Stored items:
--- --- ---
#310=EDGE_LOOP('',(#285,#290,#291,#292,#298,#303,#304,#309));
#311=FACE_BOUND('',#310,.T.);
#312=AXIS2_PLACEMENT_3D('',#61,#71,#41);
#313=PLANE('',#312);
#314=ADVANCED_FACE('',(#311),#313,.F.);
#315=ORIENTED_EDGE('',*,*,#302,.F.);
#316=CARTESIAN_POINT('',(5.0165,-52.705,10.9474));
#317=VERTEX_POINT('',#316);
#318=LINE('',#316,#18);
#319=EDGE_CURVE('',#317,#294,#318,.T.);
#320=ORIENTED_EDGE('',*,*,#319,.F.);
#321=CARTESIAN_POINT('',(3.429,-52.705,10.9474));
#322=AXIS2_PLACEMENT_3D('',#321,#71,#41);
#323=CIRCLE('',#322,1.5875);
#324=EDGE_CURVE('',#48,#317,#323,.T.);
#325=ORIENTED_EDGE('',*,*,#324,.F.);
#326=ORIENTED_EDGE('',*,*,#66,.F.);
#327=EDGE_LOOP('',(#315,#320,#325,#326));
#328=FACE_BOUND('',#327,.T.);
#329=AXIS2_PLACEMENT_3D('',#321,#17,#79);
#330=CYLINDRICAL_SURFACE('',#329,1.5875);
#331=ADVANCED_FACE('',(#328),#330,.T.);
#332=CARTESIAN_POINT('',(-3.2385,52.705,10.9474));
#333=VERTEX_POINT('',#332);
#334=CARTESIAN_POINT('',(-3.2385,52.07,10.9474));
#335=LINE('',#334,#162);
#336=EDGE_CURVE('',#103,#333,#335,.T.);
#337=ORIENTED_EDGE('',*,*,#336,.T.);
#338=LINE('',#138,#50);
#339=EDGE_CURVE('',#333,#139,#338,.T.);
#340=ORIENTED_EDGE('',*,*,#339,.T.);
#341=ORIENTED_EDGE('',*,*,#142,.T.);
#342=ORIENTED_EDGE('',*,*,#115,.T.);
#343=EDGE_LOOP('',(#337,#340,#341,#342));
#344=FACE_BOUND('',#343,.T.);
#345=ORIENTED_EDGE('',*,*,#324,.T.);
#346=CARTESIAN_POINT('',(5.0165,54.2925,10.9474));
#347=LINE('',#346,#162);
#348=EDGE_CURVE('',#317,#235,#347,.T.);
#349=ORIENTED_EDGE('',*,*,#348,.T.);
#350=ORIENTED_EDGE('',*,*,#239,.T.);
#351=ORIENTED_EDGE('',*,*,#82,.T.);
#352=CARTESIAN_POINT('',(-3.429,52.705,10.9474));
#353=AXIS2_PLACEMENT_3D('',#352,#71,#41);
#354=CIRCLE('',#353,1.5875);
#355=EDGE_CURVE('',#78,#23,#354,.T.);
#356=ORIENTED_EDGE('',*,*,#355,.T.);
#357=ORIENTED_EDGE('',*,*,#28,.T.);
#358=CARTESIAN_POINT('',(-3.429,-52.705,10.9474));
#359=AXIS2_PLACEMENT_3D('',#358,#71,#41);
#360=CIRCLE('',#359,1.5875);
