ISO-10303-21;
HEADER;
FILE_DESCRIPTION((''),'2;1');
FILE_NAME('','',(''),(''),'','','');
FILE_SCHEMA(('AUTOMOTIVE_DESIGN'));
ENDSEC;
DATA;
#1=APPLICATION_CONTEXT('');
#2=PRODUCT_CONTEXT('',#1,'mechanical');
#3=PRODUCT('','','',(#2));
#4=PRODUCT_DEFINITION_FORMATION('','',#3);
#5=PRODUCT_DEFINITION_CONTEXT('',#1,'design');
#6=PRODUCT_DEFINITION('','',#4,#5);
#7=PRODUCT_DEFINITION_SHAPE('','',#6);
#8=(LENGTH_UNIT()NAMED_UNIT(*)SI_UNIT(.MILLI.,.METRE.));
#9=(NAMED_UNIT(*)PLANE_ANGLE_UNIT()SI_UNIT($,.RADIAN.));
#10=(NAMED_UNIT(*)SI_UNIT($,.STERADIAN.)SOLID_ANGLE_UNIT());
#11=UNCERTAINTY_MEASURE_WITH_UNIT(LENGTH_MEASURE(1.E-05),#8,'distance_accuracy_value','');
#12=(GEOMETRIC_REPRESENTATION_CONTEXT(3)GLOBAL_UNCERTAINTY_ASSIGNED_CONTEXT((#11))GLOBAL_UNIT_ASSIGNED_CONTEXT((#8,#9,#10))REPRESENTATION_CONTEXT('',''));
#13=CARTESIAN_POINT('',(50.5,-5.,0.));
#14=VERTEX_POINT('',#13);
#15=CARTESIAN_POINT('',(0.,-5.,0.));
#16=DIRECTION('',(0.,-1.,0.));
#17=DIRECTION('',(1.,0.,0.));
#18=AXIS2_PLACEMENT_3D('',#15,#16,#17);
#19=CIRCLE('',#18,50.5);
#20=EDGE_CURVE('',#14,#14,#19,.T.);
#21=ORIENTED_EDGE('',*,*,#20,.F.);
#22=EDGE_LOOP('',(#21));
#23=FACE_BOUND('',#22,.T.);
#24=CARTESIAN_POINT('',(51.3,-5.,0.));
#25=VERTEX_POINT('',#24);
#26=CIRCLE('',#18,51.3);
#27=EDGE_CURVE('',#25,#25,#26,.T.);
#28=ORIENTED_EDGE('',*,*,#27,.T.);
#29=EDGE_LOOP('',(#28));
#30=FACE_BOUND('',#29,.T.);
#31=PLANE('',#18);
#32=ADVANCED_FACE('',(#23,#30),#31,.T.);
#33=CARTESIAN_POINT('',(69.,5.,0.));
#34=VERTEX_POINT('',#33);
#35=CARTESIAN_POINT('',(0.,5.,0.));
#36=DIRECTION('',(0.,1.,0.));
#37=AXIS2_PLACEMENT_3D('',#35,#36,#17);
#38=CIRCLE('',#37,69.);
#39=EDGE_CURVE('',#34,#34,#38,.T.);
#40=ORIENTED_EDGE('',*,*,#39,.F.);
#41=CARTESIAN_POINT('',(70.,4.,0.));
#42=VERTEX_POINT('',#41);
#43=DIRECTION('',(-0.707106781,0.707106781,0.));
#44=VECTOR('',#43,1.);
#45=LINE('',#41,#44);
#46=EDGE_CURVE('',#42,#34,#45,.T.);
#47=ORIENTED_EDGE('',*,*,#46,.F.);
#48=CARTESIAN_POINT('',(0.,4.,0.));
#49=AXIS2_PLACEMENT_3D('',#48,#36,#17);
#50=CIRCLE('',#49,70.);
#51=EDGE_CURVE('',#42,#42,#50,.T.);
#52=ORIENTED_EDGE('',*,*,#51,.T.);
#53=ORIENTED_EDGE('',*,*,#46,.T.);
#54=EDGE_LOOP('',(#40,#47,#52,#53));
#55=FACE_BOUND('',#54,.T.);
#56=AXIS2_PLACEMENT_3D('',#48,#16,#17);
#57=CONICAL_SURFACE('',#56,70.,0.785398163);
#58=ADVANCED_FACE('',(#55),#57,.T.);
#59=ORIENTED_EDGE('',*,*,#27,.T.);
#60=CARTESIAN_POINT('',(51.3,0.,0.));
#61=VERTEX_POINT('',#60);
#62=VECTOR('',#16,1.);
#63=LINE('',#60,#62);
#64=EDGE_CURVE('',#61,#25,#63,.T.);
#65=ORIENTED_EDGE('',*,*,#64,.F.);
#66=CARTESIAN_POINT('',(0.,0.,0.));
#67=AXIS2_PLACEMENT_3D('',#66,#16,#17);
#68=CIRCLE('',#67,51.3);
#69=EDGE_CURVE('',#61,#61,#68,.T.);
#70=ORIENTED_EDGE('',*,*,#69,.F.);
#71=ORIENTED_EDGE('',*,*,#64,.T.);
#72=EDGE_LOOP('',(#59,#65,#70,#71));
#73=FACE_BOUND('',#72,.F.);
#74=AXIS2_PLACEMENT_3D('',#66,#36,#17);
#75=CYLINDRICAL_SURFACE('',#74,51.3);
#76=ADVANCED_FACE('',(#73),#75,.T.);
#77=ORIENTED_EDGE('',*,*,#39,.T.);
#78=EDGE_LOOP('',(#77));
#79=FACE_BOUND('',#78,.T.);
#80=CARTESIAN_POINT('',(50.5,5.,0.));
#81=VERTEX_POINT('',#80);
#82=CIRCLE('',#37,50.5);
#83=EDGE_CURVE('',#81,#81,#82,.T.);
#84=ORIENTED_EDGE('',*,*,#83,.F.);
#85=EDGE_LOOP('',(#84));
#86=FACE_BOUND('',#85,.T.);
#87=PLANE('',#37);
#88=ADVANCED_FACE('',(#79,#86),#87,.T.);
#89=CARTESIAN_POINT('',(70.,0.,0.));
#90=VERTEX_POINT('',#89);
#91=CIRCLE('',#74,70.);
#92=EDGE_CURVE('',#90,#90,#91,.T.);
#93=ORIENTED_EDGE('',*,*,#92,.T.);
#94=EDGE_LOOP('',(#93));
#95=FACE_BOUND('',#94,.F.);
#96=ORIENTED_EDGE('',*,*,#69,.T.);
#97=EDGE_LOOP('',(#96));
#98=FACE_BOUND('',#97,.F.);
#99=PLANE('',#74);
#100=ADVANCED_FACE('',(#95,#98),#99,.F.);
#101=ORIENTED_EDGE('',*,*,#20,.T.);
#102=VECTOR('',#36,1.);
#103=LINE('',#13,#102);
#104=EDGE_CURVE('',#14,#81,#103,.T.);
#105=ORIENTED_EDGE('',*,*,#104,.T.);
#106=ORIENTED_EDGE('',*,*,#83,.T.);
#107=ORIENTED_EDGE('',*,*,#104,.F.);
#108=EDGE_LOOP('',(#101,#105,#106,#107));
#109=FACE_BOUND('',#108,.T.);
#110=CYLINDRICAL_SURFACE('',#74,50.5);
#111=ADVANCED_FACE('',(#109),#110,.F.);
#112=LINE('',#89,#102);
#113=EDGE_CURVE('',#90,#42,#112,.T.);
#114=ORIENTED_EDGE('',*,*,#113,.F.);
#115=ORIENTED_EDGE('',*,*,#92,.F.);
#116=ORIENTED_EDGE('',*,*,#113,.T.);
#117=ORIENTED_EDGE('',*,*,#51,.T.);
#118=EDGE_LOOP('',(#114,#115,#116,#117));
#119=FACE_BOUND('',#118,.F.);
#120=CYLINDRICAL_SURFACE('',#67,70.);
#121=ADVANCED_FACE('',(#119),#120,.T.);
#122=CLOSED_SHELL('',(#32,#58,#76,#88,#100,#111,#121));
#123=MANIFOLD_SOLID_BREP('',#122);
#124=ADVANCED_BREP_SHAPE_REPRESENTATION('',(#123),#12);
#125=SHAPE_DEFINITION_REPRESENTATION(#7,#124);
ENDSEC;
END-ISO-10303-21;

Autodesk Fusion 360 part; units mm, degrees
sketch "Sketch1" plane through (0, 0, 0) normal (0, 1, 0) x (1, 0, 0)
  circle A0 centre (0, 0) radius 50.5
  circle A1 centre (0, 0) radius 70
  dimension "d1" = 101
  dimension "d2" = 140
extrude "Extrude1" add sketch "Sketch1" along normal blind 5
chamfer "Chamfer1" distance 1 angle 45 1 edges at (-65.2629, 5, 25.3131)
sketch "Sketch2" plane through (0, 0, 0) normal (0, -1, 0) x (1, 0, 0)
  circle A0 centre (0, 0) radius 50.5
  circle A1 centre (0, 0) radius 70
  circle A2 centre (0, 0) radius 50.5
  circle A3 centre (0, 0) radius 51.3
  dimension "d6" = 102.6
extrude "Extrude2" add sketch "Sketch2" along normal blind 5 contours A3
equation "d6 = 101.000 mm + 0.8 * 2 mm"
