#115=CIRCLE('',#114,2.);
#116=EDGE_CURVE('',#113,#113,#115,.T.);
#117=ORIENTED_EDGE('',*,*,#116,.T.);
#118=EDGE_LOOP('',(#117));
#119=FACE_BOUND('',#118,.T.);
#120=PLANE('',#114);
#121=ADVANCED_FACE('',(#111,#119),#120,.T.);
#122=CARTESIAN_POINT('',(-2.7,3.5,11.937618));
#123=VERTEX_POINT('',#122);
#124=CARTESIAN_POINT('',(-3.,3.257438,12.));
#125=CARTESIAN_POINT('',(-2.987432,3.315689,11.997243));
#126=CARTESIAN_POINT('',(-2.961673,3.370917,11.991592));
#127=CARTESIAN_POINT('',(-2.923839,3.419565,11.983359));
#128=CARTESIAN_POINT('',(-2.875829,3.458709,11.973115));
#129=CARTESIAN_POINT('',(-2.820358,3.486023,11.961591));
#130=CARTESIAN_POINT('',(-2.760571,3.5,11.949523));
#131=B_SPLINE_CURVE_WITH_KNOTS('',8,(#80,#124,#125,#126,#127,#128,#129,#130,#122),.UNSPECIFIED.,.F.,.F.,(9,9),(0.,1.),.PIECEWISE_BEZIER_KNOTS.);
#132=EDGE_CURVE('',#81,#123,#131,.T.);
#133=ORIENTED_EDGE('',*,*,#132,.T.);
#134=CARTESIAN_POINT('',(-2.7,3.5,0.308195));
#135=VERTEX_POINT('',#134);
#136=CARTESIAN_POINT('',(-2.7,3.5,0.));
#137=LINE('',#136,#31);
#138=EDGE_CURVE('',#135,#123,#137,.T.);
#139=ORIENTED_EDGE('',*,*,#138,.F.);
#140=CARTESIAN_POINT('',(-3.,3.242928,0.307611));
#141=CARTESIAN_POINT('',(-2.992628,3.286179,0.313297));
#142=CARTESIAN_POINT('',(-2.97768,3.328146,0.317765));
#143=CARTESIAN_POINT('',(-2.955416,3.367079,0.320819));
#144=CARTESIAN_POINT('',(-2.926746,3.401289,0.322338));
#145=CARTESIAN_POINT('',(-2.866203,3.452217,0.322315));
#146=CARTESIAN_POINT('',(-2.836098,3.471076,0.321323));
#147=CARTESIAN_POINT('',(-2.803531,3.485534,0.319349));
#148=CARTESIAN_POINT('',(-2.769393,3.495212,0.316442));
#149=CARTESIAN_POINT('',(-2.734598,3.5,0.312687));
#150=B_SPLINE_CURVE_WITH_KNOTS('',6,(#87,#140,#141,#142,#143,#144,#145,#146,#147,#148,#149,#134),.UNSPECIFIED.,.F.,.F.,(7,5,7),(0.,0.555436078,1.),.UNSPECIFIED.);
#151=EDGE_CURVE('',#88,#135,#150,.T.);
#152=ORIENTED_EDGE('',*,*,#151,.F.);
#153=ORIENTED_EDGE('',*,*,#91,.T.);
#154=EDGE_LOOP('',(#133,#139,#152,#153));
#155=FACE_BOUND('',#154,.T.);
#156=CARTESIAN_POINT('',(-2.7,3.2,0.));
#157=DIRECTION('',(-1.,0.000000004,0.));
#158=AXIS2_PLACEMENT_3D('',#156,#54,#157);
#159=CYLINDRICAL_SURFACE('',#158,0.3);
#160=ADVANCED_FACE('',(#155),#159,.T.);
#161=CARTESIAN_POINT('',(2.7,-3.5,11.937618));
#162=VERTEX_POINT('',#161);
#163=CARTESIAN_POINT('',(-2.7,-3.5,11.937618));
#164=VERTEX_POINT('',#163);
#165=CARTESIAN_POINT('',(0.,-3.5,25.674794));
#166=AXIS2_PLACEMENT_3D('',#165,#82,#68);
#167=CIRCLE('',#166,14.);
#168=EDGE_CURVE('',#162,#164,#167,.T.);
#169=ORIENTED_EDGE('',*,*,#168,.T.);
--- --- ---
TASK INSTRUCTIONS:
Only the number is wanted: how many lines in the preceding entries hold the string "DIRECTION"?

REPLY:
5